(Data for processing begins)
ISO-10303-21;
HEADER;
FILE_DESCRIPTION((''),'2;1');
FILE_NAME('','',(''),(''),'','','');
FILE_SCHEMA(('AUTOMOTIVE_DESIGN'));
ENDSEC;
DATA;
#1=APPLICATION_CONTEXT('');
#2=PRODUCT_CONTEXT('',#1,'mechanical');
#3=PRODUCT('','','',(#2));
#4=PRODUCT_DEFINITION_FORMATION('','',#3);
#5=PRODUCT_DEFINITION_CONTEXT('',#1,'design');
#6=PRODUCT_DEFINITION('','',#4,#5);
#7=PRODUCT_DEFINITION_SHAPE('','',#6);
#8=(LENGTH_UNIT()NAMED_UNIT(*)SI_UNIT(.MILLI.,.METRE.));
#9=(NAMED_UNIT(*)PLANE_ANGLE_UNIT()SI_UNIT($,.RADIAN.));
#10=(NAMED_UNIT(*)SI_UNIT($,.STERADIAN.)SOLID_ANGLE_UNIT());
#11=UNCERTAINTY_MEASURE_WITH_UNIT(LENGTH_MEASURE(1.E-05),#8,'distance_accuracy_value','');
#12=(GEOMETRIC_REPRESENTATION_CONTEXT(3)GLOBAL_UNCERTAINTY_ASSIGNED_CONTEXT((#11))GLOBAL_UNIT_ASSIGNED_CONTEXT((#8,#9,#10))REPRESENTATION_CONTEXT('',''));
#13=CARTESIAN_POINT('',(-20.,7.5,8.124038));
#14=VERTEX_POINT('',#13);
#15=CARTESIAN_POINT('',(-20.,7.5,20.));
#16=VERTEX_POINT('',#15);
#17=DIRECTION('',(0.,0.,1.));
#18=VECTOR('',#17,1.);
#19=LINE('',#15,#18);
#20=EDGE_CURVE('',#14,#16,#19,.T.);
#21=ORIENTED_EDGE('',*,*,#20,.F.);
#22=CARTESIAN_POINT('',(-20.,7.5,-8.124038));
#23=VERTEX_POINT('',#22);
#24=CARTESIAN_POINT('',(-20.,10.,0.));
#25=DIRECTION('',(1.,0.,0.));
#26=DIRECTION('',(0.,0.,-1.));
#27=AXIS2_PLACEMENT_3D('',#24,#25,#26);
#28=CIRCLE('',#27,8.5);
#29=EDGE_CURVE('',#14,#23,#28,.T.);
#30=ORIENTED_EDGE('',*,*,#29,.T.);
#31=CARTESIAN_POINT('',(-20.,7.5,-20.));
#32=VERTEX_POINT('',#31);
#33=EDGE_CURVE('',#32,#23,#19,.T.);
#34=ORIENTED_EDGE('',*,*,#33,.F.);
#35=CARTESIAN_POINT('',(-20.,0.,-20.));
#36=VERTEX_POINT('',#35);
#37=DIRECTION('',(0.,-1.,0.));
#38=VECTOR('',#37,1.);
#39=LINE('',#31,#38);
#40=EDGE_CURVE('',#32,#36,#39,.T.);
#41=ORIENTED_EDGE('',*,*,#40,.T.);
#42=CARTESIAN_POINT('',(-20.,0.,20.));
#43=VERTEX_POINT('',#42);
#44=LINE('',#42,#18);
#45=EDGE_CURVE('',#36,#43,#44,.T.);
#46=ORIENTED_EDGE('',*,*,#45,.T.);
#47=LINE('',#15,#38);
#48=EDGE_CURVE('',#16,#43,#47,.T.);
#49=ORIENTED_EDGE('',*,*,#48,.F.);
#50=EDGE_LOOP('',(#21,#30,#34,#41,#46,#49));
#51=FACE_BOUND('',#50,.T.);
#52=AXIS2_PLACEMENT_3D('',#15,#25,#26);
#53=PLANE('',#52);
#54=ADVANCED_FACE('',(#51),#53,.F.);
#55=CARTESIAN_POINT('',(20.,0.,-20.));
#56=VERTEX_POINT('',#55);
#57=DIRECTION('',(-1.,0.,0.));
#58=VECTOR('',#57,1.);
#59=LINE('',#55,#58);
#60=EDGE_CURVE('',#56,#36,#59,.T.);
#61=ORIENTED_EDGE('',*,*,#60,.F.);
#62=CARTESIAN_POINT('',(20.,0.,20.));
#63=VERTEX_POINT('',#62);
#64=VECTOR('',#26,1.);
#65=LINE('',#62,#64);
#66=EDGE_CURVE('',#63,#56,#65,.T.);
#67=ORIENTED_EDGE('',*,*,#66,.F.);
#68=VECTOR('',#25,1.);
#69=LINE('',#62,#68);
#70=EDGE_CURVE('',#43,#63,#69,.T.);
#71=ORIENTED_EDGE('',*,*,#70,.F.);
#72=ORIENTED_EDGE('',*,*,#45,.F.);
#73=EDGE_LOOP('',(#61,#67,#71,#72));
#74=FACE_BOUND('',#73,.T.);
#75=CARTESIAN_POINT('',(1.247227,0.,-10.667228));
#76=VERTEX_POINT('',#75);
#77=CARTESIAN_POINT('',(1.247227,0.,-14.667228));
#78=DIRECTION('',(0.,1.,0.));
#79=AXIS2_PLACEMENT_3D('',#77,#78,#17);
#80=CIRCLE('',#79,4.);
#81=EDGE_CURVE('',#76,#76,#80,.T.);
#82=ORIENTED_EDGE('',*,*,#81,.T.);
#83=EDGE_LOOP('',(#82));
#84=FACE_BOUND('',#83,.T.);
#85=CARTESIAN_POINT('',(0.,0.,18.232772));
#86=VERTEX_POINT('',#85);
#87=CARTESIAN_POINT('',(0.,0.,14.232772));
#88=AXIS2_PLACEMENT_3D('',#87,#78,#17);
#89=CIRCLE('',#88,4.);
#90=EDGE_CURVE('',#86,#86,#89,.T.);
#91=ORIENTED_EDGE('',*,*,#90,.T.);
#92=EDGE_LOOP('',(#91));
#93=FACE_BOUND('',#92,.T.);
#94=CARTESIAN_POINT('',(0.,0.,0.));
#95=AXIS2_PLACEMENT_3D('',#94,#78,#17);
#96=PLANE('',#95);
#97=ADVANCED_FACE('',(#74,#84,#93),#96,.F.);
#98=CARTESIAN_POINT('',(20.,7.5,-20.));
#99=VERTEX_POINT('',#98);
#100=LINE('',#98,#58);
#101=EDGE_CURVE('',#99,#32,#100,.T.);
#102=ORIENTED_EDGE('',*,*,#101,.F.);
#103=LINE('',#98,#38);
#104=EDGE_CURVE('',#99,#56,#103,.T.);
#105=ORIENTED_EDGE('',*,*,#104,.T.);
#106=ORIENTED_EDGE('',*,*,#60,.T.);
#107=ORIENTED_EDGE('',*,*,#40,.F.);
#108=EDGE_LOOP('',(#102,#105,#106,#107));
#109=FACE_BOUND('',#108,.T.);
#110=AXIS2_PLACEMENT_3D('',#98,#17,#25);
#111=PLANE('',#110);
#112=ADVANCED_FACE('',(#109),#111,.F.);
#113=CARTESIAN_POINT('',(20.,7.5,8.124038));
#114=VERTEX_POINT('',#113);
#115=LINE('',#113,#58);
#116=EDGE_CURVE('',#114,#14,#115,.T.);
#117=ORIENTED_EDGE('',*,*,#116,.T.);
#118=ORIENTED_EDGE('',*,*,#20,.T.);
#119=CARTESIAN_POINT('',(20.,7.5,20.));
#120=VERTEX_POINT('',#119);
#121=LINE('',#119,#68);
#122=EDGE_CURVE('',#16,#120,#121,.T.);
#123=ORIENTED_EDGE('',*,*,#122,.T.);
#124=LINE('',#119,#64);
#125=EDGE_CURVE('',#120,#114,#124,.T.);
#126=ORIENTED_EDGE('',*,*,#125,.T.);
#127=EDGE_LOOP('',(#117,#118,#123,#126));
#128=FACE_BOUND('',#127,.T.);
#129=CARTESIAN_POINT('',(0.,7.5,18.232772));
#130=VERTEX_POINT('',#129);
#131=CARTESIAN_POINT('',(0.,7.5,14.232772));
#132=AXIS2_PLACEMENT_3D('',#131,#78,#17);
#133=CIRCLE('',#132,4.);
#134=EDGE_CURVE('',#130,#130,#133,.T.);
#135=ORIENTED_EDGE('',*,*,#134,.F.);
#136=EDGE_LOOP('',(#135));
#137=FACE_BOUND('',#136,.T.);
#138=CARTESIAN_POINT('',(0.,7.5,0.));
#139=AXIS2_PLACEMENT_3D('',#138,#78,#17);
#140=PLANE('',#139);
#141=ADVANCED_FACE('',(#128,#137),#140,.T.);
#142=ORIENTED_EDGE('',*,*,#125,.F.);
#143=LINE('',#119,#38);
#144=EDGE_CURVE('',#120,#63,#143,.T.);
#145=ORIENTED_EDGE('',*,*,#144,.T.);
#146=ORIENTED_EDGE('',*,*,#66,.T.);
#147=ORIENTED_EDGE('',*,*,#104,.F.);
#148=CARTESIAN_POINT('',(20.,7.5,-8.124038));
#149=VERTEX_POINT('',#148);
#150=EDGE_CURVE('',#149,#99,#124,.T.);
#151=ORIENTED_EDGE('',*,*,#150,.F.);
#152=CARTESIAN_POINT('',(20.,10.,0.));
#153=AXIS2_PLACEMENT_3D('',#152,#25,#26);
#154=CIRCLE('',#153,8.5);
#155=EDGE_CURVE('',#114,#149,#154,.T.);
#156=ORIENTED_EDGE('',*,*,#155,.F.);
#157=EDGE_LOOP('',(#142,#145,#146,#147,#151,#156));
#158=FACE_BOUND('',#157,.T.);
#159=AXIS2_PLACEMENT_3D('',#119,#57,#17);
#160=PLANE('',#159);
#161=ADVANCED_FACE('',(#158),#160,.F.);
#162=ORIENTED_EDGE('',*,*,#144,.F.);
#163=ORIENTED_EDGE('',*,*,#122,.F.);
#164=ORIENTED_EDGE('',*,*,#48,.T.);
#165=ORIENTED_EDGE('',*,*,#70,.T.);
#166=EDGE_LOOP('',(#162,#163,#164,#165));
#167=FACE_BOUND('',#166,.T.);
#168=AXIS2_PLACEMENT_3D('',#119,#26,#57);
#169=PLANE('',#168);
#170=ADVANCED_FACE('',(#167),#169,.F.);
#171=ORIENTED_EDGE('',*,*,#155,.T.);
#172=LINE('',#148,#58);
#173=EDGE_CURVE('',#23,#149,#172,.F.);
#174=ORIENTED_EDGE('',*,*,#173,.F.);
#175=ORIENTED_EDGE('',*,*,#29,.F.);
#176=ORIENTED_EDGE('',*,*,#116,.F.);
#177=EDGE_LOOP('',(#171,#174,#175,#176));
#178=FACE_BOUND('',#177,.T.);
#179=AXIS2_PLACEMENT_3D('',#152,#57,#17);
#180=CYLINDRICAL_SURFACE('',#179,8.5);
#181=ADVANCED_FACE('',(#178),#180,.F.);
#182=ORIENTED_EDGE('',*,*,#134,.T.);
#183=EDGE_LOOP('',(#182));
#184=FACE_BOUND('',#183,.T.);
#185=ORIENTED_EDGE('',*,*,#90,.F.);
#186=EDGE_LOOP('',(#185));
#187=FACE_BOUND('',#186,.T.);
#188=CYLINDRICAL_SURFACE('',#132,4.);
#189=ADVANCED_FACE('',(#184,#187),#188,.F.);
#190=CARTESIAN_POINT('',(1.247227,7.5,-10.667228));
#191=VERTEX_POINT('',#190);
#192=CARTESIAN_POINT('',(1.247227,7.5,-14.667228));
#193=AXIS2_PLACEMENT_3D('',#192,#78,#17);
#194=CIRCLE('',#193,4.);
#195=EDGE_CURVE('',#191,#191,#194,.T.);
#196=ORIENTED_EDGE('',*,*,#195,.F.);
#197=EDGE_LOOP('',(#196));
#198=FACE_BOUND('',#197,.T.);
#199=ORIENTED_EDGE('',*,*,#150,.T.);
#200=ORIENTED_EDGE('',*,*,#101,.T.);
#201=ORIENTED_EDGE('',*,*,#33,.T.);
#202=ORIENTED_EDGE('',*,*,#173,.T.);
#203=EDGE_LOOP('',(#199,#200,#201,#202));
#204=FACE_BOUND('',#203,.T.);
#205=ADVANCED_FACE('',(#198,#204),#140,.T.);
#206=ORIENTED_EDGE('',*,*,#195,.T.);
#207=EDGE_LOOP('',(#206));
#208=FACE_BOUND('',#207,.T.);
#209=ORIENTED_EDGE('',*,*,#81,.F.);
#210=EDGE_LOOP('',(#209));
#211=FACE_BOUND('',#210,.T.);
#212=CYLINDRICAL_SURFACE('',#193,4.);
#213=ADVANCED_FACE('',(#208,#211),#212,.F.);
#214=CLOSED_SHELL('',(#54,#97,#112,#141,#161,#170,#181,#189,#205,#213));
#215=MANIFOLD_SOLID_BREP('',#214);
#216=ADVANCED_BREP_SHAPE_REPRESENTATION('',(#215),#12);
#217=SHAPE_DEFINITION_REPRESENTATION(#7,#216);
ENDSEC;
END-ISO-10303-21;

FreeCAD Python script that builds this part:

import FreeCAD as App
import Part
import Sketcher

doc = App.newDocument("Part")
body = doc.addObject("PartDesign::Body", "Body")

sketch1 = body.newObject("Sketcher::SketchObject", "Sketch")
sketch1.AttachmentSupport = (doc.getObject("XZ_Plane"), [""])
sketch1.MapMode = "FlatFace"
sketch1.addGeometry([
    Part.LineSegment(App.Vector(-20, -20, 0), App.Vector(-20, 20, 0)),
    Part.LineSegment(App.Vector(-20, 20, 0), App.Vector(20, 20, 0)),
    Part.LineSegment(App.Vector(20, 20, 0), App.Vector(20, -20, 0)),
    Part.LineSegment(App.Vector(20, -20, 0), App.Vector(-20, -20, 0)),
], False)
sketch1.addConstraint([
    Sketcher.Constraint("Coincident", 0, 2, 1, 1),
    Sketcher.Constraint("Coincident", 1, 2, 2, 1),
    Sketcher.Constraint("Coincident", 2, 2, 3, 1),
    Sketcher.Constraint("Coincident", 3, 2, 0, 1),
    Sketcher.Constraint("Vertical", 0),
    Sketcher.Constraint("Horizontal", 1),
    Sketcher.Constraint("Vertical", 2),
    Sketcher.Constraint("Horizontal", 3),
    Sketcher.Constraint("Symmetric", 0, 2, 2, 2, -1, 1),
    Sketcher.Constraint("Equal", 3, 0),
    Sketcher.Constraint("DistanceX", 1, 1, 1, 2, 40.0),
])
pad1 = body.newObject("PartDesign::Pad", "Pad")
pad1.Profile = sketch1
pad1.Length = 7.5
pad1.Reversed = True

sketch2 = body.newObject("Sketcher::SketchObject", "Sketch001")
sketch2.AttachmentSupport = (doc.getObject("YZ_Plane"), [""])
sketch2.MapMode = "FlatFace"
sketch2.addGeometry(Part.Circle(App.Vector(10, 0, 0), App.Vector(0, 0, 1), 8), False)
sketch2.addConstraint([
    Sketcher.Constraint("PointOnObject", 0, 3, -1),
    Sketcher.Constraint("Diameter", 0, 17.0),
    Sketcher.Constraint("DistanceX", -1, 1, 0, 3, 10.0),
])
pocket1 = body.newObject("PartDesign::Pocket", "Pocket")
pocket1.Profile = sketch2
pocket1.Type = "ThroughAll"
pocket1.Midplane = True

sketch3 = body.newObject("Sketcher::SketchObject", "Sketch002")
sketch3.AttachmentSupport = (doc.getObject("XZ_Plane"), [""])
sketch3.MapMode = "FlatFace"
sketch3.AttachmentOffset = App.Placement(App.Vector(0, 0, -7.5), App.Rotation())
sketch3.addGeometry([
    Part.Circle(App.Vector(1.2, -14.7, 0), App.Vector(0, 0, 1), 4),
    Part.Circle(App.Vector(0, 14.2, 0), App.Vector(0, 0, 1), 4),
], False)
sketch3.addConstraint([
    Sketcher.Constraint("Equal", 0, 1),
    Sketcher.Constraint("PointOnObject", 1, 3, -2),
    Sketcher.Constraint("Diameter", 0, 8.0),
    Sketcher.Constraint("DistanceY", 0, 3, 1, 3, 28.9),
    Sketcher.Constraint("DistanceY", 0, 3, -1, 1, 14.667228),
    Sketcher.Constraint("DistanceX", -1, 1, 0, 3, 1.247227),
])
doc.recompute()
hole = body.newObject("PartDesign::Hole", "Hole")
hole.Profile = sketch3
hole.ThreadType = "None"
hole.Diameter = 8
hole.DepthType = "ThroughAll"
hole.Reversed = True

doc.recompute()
(Data for processing ends)
▶ [Exercise aim] Since only part of the listing is wanted, copy exactly the lines from the one holding "#76=VERTEX_POINT('',#75);" to the one holding "#99=VERTEX_POINT('',#98);", both included.

▶ [Task answer]
#76=VERTEX_POINT('',#75);
#77=CARTESIAN_POINT('',(1.247227,0.,-14.667228));
#78=DIRECTION('',(0.,1.,0.));
#79=AXIS2_PLACEMENT_3D('',#77,#78,#17);
#80=CIRCLE('',#79,4.);
#81=EDGE_CURVE('',#76,#76,#80,.T.);
#82=ORIENTED_EDGE('',*,*,#81,.T.);
#83=EDGE_LOOP('',(#82));
#84=FACE_BOUND('',#83,.T.);
#85=CARTESIAN_POINT('',(0.,0.,18.232772));
#86=VERTEX_POINT('',#85);
#87=CARTESIAN_POINT('',(0.,0.,14.232772));
#88=AXIS2_PLACEMENT_3D('',#87,#78,#17);
#89=CIRCLE('',#88,4.);
#90=EDGE_CURVE('',#86,#86,#89,.T.);
#91=ORIENTED_EDGE('',*,*,#90,.T.);
#92=EDGE_LOOP('',(#91));
#93=FACE_BOUND('',#92,.T.);
#94=CARTESIAN_POINT('',(0.,0.,0.));
#95=AXIS2_PLACEMENT_3D('',#94,#78,#17);
#96=PLANE('',#95);
#97=ADVANCED_FACE('',(#74,#84,#93),#96,.F.);
#98=CARTESIAN_POINT('',(20.,7.5,-20.));
#99=VERTEX_POINT('',#98);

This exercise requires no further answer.